This textbook is written for a course in numerical methods for engineering undergraduates.

In 2002, National Science Foundation funded a prototype proposal on Holistic Numerical Methods to develop various resources for typical numerical methods topics of interpolation and nonlinear equations. With the success of this proposal, NSF continued to fund the proposal for other topics of numerical methods via three more multi-university grants in 2004-07, 2008-12, 2009-11. This funding has so far resulted in complete resources for a comprehensive course in Numerical Methods. Revision of the resources continued with funding from more NSF grants in 2013-16, 2016-20, 2020-23. These resources include textbook chapters, PowerPoint presentations, worksheets in MATLAB, MATHEMATICA, Maple and MathCAD, multiple-choice tests, experiments, digital audiovisual lectures, and a blog.

Go to the main website and click on the numerical method of your choice. You will have access to PowerPoint presentations, worksheets, simulations, additional examples, and multiple-choice tests. In addition, we have uploaded broadcast quality ( instructional audiovisual content for most of the course content. A blog on numerical methods and MATLAB is also available at

The textbook consists of eleven topics:

1. Introduction to Scientific Computing

2. Differentiation

3. Nonlinear Equations

4. Simultaneous Linear Equations

5. Interpolation

6. Regression

7. Integration

8. Ordinary Differential Equations

9. Optimization

  1. Partial Differential Equations

11. Fast Fourier Transforms

Each subtopic in these topics is covered in several separate chapters because we decided to keep the chapters concise and independent. This modular nature of chapters allows you to customize the book based on your needs. Supplemental material is always available from the website.

The chapters in the book are numbered as Chapter XX.YY. The XX stands for the main topic, while YY is the chapter number within that topic.

Chapter 01.YY introduces scientific computing by taking a real-life example to show that solving an engineering problem requires one to develop a mathematical model, solve the model, and then implement the corresponding solution. This content is followed by a discussion of sources of numerical error and their measurement, binary, and floating-point representation of numbers, propagation of errors, and Taylor series.

Chapters 02.YY starts with physical applications of numerical differentiation followed by a just-in-time primer on differential calculus, numerical differentiation of continuous functions and functions that are only given at discrete points.

Chapter 03.YY starts with physical applications of solution of nonlinear equations, a primer on quadratic and cubic equations, and numerical methods of solving nonlinear equations, including bisection, Newton Raphson, secant methods. Simultaneous nonlinear equations are covered as well.

Chapter 04.YY starts with physical applications of solution of simultaneous linear equations, a just-in-time primer for matrix algebra, and numerical methods such as Gaussian elimination, LU decomposition and Gauss-Seidel methods.

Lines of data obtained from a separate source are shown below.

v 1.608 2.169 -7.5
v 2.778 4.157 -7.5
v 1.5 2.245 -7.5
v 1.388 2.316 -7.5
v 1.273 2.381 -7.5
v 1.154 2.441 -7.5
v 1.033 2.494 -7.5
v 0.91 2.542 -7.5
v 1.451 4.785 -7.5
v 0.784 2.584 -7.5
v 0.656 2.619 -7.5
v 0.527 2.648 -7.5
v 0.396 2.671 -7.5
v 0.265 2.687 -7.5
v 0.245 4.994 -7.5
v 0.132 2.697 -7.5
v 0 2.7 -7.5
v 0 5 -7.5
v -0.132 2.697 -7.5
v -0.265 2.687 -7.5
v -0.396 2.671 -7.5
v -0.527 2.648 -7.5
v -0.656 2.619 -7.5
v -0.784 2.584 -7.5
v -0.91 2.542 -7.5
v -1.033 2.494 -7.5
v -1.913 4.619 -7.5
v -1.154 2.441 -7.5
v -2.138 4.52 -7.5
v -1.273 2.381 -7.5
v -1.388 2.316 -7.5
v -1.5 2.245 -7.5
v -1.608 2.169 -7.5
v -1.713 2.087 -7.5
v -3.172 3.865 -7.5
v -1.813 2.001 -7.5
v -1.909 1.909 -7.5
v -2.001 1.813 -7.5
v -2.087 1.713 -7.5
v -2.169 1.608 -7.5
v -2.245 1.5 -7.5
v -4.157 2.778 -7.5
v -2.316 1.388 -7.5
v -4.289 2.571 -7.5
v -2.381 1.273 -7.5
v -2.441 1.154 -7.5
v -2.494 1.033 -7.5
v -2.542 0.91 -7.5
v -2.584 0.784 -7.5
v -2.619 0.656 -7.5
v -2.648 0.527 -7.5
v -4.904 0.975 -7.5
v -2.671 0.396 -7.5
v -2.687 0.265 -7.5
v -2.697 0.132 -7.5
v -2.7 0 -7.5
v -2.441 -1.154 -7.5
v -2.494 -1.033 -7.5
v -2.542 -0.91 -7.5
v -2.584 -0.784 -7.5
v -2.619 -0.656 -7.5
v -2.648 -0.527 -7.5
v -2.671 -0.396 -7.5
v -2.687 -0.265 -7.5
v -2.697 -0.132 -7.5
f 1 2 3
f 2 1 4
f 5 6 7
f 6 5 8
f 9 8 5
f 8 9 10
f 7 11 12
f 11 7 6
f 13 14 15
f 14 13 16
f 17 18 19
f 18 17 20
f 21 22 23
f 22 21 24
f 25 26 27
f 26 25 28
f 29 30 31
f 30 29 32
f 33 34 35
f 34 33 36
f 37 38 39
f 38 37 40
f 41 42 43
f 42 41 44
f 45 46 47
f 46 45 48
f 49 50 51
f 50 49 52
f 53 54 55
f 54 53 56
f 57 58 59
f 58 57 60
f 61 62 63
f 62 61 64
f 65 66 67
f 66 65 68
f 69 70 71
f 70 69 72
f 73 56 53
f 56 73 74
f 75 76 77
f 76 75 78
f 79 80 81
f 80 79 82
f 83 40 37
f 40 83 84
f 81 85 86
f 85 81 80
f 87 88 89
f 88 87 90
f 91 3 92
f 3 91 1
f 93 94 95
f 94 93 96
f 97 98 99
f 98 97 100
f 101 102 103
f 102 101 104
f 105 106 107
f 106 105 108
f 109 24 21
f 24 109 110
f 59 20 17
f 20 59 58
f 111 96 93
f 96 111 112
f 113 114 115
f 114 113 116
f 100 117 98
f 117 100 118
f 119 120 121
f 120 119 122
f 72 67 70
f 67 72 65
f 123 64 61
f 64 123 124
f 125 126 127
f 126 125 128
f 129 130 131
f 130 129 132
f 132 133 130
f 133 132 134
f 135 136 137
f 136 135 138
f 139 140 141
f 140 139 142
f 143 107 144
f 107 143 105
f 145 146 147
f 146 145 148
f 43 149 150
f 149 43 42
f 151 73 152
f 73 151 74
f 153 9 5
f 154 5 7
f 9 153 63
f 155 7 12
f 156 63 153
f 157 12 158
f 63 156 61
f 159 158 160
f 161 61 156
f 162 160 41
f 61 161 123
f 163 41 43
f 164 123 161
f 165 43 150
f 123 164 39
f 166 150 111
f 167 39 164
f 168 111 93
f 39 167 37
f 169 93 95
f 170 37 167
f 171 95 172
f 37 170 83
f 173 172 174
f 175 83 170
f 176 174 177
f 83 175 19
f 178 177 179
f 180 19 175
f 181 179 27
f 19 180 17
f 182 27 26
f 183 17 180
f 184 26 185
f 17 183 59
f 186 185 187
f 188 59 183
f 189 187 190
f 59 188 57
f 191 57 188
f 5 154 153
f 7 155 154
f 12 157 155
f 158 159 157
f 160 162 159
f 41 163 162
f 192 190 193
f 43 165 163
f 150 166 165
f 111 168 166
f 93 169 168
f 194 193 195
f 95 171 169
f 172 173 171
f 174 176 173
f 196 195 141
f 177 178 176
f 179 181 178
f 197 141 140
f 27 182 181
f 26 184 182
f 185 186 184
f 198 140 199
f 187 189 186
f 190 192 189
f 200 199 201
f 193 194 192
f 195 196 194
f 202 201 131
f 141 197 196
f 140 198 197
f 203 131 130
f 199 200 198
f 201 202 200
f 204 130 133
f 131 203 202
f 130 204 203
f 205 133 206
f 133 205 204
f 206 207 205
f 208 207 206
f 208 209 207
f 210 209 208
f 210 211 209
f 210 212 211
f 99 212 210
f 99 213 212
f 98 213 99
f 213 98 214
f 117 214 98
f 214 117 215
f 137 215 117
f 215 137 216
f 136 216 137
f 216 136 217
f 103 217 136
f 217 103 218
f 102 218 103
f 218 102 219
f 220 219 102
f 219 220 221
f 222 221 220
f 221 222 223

Chapter 05.YY starts with physical applications of interpolation. It starts with the background of interpolation, followed by numerical methods of the direct method, Newton divided difference interpolation, Lagrange interpolation, and spline interpolation. Also included are chapters on extrapolation being a bad idea and how to numerically calculate the length of a curve.

Chapter 06.YY starts with physical application of regression. Background content for regression, include simple statistics, minimum of functions, and partial derivatives. The content includes linear regression, nonlinear regression and adequacy of linear regression models.

Chapter 07.YY starts with physical applications of numerical integration. It starts with a primer of integral calculus followed by numerical methods of trapezoidal rule, Simpson’s 1/3rd rule, Simpson’s 3/8 rule, Gauss quadrature rule, and integrating functions that are given at discrete points.

Chapter 08.YY begins with physical applications of numerical solution of ordinary differential equation. It begins with a primer for ordinary differential equations followed by numerical methods of Euler’s, Runge-Kutta 2nd order, Runge-Kutta 4th order, shooting method, and finite difference methods.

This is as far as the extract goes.